Aereo, una persona su tre pensa di essere capace di farne atterrare uno

Si chiama effetto Dunning-Kruger, ed è in qualche modo l’opposto della cosiddetta sindrome dell’impostore. Sono entrambi bias cognitivi: il secondo è quello che porta a sottovalutare le proprie capacità e a ritenersi, per l’appunto, un impostore (ovvero bravo a imbrogliare il prossimo facendogli credere di essere competente), mentre il primo descrive la tendenza a sopravvalutarsi senza essere realmente in grado di quantificare le proprie competenze né quelle altrui. Un esempio particolarmente evidente è stato svelato dai risultati di un sondaggio statunitense a cui hanno risposto circa 20mila persone. La domanda era “Quanto sei certo di poter riuscire a far atterrare in sicurezza un aereo passeggeri in una situazione di emergenza, potendo contare solo sull’assistenza dei controllori di volo?”. Bene: una persona su tre (e un uomo su due) si è detto “molto sicuro” o “abbastanza sicuro” di riuscire a farlo, pensando probabilmente che portare a terra un 747 sia più o meno come parcheggiare un’utilitaria. Insomma, Dunning-Kruger in piena regola.

Gli studi precedenti

Quella appena condotta non è che l’ultima di una serie di osservazioni sul tema. A partire dalla fine degli anni novanta, quando gli psicologi David Dunning e Justin Kruger formalizzarono la questione, dando il proprio nome alla tendenza degli incompetenti a sopravvalutare le proprie capacità, diversi lavori hanno ulteriormente studiato (e ampliato) il fenomeno (ma c’è da dire che la letteratura se ne era accorta molto prima: già all’inizio del secolo scorso Marcel Proust scriveva che ”l’inesattezza, l’incompetenza non diminuiscono la presunzione, anzi”). Nel marzo 2015, comunque, uno studio condotto da un gruppo di psicologi della Yale University, pubblicato sul Journal of Experimental Psychology: General, aveva mostrato che ci basta una ricerca su Google per sentirci immediatamente più ferrati su un certo argomento (è il cosiddetto Google University Effect): l’aspetto più interessante messo in luce dallo studio è che l’effetto si verificava anche quando i soggetti non riuscivano a trovare la risposta che stavano cercando. Pare che l’accesso alle informazioni, anche se non congrue rispetto alla domanda, sia già sufficiente a farci sentire competenti.
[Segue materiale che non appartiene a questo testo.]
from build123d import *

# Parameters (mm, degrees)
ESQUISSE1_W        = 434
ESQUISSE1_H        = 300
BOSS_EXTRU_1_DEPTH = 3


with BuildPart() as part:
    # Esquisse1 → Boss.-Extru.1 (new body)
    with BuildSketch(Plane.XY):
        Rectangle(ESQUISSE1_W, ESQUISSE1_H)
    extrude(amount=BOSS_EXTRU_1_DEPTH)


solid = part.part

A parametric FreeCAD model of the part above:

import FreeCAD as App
import Part
import Sketcher
from FreeCAD import Vector
Q = App.Units.Quantity


def add_polygon(sketch, points):
    """Adds a closed chain of lines whose ends are joined by coincident constraints."""
    first, n = sketch.GeometryCount, len(points)
    for a, b in zip(points, points[1:] + points[:1]):
        sketch.addGeometry(Part.LineSegment(App.Vector(*a, 0), App.Vector(*b, 0)), False)
    for i in range(n):
        sketch.addConstraint(Sketcher.Constraint("Coincident", first + i, 2, first + (i + 1) % n, 1))

doc = App.newDocument("Part")
body = doc.addObject("PartDesign::Body", "Body")

# Sketch on XY plane
sketch1 = doc.addObject("Sketcher::SketchObject", "Sketch")
body.addObject(sketch1)
sketch1.AttachmentSupport = (doc.XY_Plane, [""])
sketch1.MapMode = "FlatFace"
add_polygon(sketch1, [(-217, 150), (-217, -150), (217, -150), (217, 150)])  # lines 0-3
sketch1.addConstraint(Sketcher.Constraint("Vertical", 0))
sketch1.addConstraint(Sketcher.Constraint("Horizontal", 1))
sketch1.addConstraint(Sketcher.Constraint("Vertical", 2))
sketch1.addConstraint(Sketcher.Constraint("Horizontal", 3))
sketch1.addConstraint(Sketcher.Constraint("Symmetric", 0, 2, 2, 2, -1, 1))
sketch1.addConstraint(Sketcher.Constraint("DistanceX", 1, 1, 1, 2, Q("434 mm")))
sketch1.addConstraint(Sketcher.Constraint("DistanceY", 0, 2, 0, 1, Q("300 mm")))
pad1 = doc.addObject("PartDesign::Pad", "Pad")
body.addObject(pad1)
pad1.Profile = sketch1
pad1.Length = 3

doc.recompute()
Sempre nel 2015 un altro gruppo di psicologi e neuroscienziati pubblicò uno studio sui Proceedings of the National Academy of Sciences in cui dimostrava quanto fosse facile per gli incompetenti condizionare gli altri quando si tratta di prendere decisioni condivise. Ve ne avevamo parlato qui su Wired: in una serie di esperimenti i partecipanti, divisi in coppie, dovevano osservare su uno schermo una composizione di sei particolari figure chiamate reticoli di Gabor e indicare in quale di due intervalli di osservazione l’immagine conteneva il bersaglio, cioè una figura leggermente più scura delle altre cinque. Ogni membro della coppia si sottoponeva alla prova separatamente, indicando agli sperimentatori quanto si sentiva sicuro della scelta, ma quando i risultati non combaciavano fra loro i ricercatori chiedevano a uno dei due, scelto a caso, di prendere una decisione a nome di entrambi. Poi alla coppia veniva svelato il risultato e si procedeva a un’altra sessione. Ci si potrebbe aspettare che, tentativo dopo tentativo, i membri di ogni coppia riuscissero a riconoscere chiaramente chi dei due fosse più bravo a trovare il bersaglio, e a usare questa informazione quando bisognava prendere una decisione a nome della coppia. I ricercatori hanno invece osservato che chi era meno bravo col test, oltre a mostrarsi particolarmente sicuro delle sue scelte, sottovalutava il parere del compagno di squadra quando era chiamato a decidere per entrambi. Allo stesso tempo, i partecipanti più in gamba tendevano a dare una eccessiva importanza al giudizio del compagno di squadra meno abile. Gli autori hanno chiamato questo effetto equality bias, traducibile come pregiudizio di eguaglianza: entrambe le parti sono portate a comportarsi come se fossero tanto bravi o incapaci quanto il proprio compagno.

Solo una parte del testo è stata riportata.